THE RECORDS =>
#####

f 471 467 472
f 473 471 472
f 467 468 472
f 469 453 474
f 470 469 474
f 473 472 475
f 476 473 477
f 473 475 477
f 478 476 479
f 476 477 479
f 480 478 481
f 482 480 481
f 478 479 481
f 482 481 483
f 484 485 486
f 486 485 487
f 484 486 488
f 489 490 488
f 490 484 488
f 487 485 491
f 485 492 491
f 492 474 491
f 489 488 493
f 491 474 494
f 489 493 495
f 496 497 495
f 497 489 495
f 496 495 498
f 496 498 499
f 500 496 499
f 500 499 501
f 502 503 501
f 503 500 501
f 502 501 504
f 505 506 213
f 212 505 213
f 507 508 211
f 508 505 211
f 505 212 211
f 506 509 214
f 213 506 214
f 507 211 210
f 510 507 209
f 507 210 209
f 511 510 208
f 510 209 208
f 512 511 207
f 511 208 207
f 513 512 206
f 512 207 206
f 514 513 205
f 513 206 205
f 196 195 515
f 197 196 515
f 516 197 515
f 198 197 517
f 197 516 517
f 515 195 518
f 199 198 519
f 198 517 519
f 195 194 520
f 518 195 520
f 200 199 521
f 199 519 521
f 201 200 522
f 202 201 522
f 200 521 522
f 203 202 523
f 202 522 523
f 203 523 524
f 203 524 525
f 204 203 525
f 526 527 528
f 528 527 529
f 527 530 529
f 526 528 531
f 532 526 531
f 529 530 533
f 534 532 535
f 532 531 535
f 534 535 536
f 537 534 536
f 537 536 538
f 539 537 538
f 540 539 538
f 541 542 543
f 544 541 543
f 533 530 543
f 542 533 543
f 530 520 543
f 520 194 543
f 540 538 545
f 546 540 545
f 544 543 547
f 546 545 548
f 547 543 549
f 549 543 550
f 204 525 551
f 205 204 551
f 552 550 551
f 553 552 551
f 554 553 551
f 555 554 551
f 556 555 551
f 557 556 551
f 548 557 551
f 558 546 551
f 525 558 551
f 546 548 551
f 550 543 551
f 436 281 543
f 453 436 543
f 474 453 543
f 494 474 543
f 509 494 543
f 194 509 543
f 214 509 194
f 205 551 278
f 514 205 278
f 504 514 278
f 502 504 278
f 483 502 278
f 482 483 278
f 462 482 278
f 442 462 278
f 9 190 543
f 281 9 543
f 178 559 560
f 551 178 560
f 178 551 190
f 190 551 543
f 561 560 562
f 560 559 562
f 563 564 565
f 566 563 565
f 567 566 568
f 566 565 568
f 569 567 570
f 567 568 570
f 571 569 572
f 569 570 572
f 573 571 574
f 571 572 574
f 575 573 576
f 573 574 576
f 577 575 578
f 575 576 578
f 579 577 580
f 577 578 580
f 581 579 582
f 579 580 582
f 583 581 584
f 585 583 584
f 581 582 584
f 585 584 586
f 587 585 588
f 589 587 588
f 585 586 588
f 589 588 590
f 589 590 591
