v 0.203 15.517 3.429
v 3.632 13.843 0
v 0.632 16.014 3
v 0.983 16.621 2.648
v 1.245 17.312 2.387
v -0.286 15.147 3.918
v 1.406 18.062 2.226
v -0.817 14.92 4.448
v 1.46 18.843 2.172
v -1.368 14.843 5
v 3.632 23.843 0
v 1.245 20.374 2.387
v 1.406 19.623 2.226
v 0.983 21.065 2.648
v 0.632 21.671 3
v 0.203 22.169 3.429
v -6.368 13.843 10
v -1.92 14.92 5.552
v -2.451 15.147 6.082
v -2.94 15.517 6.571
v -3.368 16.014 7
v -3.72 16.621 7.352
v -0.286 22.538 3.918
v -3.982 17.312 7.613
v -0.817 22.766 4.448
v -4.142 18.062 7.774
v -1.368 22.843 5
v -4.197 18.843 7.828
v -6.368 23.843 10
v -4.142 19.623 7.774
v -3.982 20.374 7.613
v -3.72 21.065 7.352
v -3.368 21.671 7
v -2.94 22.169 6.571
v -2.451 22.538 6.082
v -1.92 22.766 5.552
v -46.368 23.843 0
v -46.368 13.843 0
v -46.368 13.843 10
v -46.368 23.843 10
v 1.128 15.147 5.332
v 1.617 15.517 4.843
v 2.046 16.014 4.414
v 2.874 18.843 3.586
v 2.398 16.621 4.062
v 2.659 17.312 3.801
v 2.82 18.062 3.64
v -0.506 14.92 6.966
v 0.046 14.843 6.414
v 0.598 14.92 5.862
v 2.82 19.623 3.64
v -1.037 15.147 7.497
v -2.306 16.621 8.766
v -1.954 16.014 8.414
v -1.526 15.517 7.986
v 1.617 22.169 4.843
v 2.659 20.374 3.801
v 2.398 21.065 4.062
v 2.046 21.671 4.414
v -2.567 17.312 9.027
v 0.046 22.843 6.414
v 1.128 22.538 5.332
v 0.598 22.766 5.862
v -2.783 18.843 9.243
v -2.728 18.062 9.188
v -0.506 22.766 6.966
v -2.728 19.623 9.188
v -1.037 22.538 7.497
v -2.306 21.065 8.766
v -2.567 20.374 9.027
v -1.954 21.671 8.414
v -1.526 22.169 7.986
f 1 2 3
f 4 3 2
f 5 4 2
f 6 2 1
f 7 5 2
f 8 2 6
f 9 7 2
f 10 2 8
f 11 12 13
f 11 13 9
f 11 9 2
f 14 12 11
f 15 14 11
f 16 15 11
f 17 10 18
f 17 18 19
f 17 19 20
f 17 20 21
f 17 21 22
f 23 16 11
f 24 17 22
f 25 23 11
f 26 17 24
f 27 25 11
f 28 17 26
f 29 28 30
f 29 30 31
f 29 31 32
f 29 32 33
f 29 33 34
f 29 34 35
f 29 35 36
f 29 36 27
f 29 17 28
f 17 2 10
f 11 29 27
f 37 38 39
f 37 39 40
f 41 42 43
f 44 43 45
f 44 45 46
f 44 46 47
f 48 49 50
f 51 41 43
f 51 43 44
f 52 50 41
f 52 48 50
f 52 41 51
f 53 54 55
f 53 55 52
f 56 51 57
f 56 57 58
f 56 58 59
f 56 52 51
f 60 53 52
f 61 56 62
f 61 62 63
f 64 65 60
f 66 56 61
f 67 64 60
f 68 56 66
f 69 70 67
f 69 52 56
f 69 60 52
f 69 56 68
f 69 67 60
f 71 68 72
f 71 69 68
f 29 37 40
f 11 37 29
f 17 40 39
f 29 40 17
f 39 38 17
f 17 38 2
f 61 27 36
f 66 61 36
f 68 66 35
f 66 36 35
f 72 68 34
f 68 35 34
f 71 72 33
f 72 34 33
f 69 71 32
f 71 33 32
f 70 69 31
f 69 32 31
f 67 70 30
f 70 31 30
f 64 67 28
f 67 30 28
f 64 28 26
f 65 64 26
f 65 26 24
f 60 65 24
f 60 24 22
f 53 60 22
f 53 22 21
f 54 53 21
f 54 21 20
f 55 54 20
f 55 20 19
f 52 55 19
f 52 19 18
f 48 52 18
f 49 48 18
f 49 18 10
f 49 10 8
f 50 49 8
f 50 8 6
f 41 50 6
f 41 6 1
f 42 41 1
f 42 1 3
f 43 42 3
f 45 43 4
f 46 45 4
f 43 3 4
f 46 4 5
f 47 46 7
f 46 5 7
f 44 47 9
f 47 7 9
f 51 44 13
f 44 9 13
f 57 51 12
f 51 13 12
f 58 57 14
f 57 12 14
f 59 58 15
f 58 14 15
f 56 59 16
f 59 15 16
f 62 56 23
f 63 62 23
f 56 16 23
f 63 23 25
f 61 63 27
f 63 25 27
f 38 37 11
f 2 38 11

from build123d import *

# Parameters (mm, degrees)
F0_W     = 50
F0_H     = 10
F1_DEPTH = 10
F2_SIZE  = 9.99999
F3_R     = 4
F4_DEPTH = 2


# Not quite as in the source:
# - a fillet or chamfer is up to 0.001 mm smaller than in the source, because OpenCascade refuses the exact size


with BuildPart() as f1:
    # F0 (on Top) → F1 (new body)
    with BuildSketch(Plane.XY):
        with Locations((-21.3684089482, 18.842792958)):
            Rectangle(F0_W, F0_H)
    extrude(amount=F1_DEPTH)

    # F2 (size 10 in the source; OpenCascade refuses exactly that, so slightly less here)
    f2_edges = [f1.edges().sort_by_distance(p)[0] for p in [
        (3.631591, 18.842793, 10),
    ]]
    chamfer(f2_edges, length=F2_SIZE)

    # F3 (on face) → F4 (join)
    with BuildSketch(Plane(origin=(1.8157955259, 0, 1.8157955259), x_dir=(0, 1, 0), z_dir=(0.7071067812, 0, 0.7071067812))):
        with Locations((18.842792958, 4.5031451526)):
            Circle(F3_R)
    extrude(amount=F4_DEPTH)


solid = f1.part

#####

THE PROBLEM =>
Keep both end lines and retype everything in the records above from the line containing "v -0.817 14.92 4.448" through the line containing "v -6.368 23.843 10", exactly, with nothing else.

RESULT FOR THIS TASK =>
v -0.817 14.92 4.448
v 1.46 18.843 2.172
v -1.368 14.843 5
v 3.632 23.843 0
v 1.245 20.374 2.387
v 1.406 19.623 2.226
v 0.983 21.065 2.648
v 0.632 21.671 3
v 0.203 22.169 3.429
v -6.368 13.843 10
v -1.92 14.92 5.552
v -2.451 15.147 6.082
v -2.94 15.517 6.571
v -3.368 16.014 7
v -3.72 16.621 7.352
v -0.286 22.538 3.918
v -3.982 17.312 7.613
v -0.817 22.766 4.448
v -4.142 18.062 7.774
v -1.368 22.843 5
v -4.197 18.843 7.828
v -6.368 23.843 10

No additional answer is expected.